# What needs to be done
When the line with "line L2 (-8.5, -8.5)" is reached, include it and stop; before that, copy each line of the listing exactly from the first.

# Data section
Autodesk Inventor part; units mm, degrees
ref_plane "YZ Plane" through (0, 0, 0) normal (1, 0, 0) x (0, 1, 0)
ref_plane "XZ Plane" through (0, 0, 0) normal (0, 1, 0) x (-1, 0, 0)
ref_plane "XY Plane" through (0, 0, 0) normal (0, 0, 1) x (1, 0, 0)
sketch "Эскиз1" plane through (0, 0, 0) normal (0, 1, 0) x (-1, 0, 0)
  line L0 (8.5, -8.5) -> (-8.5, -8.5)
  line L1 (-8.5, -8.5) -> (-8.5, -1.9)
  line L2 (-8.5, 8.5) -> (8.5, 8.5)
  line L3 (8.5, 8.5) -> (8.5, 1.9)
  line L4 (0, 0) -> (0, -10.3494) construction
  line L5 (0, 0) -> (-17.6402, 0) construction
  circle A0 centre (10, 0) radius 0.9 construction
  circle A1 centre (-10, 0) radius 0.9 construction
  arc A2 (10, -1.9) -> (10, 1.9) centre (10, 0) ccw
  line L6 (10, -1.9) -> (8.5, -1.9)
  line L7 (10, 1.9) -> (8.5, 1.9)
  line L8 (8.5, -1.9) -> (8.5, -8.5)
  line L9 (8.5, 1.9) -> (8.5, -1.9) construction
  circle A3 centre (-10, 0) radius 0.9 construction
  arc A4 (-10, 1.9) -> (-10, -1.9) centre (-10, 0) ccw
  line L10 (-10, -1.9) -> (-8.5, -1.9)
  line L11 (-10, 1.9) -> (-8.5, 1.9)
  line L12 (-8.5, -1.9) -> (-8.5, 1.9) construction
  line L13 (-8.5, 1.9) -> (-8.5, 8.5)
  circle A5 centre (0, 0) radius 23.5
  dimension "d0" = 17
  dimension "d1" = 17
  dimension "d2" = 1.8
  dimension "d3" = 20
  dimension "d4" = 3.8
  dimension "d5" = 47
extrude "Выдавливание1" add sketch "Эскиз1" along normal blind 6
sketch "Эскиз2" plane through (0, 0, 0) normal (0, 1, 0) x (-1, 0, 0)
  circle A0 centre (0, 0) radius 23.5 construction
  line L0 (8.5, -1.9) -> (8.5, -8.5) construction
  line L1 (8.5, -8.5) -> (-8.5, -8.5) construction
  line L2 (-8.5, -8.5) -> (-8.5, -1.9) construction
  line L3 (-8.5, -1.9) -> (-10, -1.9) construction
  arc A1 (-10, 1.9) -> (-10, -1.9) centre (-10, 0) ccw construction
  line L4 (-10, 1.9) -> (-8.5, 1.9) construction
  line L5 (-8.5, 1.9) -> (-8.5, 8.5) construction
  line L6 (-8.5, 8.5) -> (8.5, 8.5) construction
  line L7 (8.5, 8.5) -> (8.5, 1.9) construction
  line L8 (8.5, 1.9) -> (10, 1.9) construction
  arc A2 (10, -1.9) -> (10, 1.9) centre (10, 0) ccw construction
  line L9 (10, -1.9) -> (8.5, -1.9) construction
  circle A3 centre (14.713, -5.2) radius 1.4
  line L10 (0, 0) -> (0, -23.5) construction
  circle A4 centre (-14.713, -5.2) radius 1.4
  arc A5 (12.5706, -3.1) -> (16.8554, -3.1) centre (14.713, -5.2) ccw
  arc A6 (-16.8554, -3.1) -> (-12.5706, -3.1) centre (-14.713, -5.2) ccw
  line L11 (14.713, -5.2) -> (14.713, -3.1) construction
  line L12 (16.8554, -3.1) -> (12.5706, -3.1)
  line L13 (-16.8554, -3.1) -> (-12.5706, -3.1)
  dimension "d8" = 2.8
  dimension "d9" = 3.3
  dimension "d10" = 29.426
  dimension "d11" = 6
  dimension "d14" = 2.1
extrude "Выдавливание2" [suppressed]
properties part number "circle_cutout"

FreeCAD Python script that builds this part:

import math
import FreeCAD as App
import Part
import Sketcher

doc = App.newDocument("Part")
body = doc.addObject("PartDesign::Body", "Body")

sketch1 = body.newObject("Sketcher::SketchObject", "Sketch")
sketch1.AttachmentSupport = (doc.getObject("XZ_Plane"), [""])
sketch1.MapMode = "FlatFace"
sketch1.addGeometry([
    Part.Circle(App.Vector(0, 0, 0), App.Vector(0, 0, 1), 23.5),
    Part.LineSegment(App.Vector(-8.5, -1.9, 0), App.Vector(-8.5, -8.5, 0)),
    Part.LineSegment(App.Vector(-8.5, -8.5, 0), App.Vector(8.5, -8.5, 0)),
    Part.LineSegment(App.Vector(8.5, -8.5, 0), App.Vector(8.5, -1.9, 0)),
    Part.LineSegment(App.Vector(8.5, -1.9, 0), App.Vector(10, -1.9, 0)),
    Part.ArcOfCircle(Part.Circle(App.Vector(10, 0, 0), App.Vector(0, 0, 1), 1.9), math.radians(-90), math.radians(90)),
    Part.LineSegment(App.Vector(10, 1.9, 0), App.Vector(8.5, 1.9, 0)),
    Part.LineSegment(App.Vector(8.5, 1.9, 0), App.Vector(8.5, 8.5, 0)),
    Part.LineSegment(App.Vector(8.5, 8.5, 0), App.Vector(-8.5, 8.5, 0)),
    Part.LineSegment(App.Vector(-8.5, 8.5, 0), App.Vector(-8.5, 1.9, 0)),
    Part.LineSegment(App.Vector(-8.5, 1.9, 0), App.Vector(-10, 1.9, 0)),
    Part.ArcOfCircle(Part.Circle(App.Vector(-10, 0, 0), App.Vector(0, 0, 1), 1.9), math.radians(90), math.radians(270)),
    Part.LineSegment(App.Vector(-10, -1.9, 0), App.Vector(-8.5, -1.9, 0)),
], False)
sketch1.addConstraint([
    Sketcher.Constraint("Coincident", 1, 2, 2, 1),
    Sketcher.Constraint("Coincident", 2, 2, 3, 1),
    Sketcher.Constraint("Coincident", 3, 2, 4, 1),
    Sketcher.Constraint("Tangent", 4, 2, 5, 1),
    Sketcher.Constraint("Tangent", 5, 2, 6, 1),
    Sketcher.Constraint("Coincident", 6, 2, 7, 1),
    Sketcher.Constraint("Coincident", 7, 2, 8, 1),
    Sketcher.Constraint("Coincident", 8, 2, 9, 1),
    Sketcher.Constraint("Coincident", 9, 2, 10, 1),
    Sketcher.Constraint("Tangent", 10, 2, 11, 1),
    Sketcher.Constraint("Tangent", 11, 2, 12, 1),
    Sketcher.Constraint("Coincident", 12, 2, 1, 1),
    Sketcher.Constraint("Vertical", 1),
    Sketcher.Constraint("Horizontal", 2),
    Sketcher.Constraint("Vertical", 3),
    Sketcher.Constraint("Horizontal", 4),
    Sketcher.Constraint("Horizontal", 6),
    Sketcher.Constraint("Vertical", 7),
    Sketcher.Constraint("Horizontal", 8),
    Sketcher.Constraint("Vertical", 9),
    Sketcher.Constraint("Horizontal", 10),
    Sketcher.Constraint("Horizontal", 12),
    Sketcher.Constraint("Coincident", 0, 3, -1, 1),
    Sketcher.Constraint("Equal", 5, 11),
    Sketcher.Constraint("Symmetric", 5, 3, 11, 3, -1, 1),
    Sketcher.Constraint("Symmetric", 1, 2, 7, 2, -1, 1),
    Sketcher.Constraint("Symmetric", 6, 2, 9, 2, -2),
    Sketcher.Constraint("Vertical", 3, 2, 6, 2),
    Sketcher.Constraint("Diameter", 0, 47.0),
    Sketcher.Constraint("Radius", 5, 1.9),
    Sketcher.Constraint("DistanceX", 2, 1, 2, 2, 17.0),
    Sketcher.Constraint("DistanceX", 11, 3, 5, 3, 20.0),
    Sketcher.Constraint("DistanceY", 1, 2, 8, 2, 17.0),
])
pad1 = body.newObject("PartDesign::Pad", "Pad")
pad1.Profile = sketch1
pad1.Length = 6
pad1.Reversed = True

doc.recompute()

# Output of the task
Autodesk Inventor part; units mm, degrees
ref_plane "YZ Plane" through (0, 0, 0) normal (1, 0, 0) x (0, 1, 0)
ref_plane "XZ Plane" through (0, 0, 0) normal (0, 1, 0) x (-1, 0, 0)
ref_plane "XY Plane" through (0, 0, 0) normal (0, 0, 1) x (1, 0, 0)
sketch "Эскиз1" plane through (0, 0, 0) normal (0, 1, 0) x (-1, 0, 0)
  line L0 (8.5, -8.5) -> (-8.5, -8.5)
  line L1 (-8.5, -8.5) -> (-8.5, -1.9)
  line L2 (-8.5, 8.5) -> (8.5, 8.5)
  line L3 (8.5, 8.5) -> (8.5, 1.9)
  line L4 (0, 0) -> (0, -10.3494) construction
  line L5 (0, 0) -> (-17.6402, 0) construction
  circle A0 centre (10, 0) radius 0.9 construction
  circle A1 centre (-10, 0) radius 0.9 construction
  arc A2 (10, -1.9) -> (10, 1.9) centre (10, 0) ccw
  line L6 (10, -1.9) -> (8.5, -1.9)
  line L7 (10, 1.9) -> (8.5, 1.9)
  line L8 (8.5, -1.9) -> (8.5, -8.5)
  line L9 (8.5, 1.9) -> (8.5, -1.9) construction
  circle A3 centre (-10, 0) radius 0.9 construction
  arc A4 (-10, 1.9) -> (-10, -1.9) centre (-10, 0) ccw
  line L10 (-10, -1.9) -> (-8.5, -1.9)
  line L11 (-10, 1.9) -> (-8.5, 1.9)
  line L12 (-8.5, -1.9) -> (-8.5, 1.9) construction
  line L13 (-8.5, 1.9) -> (-8.5, 8.5)
  circle A5 centre (0, 0) radius 23.5
  dimension "d0" = 17
  dimension "d1" = 17
  dimension "d2" = 1.8
  dimension "d3" = 20
  dimension "d4" = 3.8
  dimension "d5" = 47
extrude "Выдавливание1" add sketch "Эскиз1" along normal blind 6
sketch "Эскиз2" plane through (0, 0, 0) normal (0, 1, 0) x (-1, 0, 0)
  circle A0 centre (0, 0) radius 23.5 construction
  line L0 (8.5, -1.9) -> (8.5, -8.5) construction
  line L1 (8.5, -8.5) -> (-8.5, -8.5) construction
  line L2 (-8.5, -8.5) -> (-8.5, -1.9) construction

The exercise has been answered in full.